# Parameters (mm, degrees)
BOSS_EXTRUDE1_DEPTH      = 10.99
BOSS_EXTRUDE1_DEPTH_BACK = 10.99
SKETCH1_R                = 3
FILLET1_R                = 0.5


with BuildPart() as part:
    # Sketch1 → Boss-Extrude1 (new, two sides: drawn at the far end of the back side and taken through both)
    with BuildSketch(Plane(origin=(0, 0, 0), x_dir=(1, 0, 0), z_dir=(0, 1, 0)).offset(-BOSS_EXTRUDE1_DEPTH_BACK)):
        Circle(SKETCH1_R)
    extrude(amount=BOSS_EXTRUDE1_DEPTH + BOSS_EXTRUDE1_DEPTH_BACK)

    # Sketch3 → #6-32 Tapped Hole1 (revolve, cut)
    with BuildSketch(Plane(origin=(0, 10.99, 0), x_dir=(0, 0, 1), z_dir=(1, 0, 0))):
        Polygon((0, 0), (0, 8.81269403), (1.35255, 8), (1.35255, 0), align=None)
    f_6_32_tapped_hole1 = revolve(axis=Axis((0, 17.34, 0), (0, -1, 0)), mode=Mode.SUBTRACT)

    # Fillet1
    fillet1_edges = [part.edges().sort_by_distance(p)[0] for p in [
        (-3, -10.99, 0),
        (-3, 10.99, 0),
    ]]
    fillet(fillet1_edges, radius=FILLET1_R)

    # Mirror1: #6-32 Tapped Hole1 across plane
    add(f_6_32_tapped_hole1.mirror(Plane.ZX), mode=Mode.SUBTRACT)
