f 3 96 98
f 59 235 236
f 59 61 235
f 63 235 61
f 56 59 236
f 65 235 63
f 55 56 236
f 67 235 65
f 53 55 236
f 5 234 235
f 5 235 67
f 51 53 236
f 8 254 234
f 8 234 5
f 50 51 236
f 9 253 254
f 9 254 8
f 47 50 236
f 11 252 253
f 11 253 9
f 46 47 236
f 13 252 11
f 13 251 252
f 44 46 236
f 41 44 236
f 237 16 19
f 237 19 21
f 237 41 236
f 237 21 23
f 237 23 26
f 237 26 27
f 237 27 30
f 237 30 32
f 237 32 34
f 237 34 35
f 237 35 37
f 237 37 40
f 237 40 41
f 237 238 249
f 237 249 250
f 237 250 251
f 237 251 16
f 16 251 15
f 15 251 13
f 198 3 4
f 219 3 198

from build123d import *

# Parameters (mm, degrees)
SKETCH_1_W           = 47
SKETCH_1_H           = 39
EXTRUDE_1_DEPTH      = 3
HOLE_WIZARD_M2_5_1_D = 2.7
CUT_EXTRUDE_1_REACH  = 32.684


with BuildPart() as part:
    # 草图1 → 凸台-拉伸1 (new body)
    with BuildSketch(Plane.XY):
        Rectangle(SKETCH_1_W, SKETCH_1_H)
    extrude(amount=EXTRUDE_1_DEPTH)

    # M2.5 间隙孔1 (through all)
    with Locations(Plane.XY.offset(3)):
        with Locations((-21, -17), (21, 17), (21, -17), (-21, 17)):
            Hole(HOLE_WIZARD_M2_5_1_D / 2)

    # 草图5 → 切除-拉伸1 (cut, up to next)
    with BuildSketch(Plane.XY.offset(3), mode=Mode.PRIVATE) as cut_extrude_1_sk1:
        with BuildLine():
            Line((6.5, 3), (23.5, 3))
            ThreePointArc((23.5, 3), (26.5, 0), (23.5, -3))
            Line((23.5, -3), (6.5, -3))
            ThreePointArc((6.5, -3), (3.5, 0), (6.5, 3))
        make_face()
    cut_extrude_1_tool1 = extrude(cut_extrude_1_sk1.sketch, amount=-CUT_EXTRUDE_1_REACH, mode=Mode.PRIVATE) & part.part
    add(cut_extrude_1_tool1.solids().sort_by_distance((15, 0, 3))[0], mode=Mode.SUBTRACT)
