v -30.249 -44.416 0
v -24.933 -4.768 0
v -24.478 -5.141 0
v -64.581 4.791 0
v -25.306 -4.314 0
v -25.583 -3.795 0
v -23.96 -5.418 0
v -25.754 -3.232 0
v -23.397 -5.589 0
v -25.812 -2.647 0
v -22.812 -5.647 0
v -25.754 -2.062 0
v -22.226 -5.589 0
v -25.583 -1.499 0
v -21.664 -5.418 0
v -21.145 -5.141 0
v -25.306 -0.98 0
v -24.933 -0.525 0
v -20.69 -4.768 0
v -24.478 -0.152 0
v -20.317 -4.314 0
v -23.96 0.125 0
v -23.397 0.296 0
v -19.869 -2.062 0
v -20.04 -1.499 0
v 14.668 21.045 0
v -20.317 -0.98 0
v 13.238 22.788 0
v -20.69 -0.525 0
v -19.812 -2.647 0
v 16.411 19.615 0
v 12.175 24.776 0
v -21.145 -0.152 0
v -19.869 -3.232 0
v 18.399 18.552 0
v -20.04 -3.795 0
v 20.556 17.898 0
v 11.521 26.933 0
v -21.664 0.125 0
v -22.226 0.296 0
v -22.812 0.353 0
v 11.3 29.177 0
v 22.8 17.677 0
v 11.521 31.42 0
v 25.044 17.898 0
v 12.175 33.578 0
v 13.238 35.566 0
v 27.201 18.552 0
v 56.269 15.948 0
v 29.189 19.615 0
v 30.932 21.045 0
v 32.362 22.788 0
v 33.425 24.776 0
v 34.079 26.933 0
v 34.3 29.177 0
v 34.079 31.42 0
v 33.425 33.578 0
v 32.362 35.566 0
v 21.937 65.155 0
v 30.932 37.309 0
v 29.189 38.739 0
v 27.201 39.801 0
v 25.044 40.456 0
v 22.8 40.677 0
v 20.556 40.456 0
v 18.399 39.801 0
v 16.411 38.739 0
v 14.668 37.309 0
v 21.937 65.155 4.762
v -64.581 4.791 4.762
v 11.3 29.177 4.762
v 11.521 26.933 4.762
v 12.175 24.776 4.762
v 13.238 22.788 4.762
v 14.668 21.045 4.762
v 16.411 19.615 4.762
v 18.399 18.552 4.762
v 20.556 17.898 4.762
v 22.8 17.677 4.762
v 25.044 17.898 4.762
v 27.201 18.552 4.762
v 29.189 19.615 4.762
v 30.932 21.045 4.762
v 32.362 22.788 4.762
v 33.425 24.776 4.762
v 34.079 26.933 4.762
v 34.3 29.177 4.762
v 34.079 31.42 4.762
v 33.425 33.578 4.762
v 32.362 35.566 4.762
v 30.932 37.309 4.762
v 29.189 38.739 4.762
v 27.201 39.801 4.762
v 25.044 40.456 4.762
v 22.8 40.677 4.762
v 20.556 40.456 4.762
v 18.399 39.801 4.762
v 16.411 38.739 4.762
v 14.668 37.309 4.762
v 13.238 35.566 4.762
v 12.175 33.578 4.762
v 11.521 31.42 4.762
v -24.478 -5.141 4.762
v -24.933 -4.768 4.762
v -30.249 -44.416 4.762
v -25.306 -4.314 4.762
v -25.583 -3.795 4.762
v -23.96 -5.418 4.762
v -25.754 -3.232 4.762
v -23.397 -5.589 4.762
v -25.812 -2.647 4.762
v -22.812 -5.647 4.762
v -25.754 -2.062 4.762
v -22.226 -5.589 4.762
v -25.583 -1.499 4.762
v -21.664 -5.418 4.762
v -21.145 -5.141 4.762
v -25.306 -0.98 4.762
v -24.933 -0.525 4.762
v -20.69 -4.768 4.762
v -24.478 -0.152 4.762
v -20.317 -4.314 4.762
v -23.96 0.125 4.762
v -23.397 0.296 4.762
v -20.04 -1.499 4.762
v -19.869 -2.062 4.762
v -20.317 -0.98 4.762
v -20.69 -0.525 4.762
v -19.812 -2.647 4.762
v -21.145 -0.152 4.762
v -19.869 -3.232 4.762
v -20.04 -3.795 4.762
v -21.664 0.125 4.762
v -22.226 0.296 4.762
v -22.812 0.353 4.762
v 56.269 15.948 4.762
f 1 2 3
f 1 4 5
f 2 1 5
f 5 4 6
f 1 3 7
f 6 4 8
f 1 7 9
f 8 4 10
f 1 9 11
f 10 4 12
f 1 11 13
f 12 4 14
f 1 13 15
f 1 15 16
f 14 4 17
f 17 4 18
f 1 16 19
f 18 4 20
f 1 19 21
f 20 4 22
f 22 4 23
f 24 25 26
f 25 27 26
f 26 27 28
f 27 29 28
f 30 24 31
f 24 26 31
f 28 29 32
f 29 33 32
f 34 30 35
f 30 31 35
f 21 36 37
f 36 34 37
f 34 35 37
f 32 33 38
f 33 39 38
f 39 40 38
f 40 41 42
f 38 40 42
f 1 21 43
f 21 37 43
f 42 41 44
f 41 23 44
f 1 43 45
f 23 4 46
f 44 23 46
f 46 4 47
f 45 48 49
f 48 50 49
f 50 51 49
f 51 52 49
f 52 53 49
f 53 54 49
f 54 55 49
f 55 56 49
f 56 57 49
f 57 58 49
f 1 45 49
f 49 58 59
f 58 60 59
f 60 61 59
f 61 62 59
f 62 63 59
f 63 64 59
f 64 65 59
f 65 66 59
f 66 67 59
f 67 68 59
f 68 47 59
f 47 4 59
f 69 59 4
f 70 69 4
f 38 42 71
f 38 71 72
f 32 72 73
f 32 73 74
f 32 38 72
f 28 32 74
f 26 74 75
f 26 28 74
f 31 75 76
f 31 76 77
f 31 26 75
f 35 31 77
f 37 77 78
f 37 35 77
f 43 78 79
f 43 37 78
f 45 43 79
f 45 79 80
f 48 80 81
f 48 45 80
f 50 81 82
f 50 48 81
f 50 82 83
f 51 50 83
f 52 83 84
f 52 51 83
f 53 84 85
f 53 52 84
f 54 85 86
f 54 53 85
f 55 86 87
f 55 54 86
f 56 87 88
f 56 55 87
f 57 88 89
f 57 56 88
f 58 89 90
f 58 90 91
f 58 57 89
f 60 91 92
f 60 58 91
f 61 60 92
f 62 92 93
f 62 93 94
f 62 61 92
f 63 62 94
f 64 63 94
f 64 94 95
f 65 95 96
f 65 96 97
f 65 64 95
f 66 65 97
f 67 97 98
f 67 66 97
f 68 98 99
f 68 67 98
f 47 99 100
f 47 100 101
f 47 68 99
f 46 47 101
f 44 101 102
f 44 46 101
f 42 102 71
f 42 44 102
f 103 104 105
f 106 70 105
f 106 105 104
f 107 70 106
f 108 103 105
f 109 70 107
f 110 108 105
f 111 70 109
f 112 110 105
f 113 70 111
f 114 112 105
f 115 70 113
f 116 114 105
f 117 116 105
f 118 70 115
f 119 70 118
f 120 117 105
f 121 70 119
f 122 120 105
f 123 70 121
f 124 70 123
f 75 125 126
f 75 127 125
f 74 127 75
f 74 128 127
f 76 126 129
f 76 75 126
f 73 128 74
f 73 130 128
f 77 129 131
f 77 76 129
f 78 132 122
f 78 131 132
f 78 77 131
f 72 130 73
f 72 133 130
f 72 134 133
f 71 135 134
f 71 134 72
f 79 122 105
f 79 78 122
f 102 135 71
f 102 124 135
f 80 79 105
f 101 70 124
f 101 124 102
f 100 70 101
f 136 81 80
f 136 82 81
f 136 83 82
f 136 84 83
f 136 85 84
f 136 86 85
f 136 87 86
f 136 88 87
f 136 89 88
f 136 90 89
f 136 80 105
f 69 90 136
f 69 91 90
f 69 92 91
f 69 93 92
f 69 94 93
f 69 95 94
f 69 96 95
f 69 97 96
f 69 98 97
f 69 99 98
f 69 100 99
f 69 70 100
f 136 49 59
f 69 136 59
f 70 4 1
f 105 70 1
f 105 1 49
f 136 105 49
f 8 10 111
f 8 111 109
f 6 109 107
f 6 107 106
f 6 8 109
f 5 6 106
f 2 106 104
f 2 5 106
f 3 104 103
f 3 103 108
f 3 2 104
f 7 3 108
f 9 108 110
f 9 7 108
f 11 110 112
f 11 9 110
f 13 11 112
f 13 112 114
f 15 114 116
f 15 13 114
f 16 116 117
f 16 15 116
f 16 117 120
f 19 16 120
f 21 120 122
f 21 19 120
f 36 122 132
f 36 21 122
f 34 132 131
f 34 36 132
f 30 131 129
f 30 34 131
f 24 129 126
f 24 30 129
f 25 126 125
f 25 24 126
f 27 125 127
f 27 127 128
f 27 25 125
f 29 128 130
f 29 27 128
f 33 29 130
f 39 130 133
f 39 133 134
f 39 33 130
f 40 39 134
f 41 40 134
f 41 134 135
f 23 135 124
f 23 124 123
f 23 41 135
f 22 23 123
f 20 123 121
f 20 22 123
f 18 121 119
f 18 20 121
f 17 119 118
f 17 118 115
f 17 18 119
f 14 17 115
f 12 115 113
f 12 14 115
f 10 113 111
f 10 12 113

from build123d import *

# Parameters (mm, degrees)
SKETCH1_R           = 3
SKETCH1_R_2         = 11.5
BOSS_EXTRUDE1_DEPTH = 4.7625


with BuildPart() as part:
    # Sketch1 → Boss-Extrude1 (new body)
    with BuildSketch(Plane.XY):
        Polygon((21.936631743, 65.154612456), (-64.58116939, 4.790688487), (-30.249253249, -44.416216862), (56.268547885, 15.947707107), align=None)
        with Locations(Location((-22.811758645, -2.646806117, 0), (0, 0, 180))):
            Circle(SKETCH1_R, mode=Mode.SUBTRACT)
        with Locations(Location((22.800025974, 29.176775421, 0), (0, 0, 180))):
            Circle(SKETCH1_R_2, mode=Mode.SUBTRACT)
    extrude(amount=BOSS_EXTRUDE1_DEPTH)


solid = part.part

» **Problem description**: Copy each line of the listing above that contains the word "through".

» **Answer section**:
    # Sketch1 → Boss-Extrude1 (new, two sides: drawn at the far end of the back side and taken through both)
    # M2.5 间隙孔1 (through all)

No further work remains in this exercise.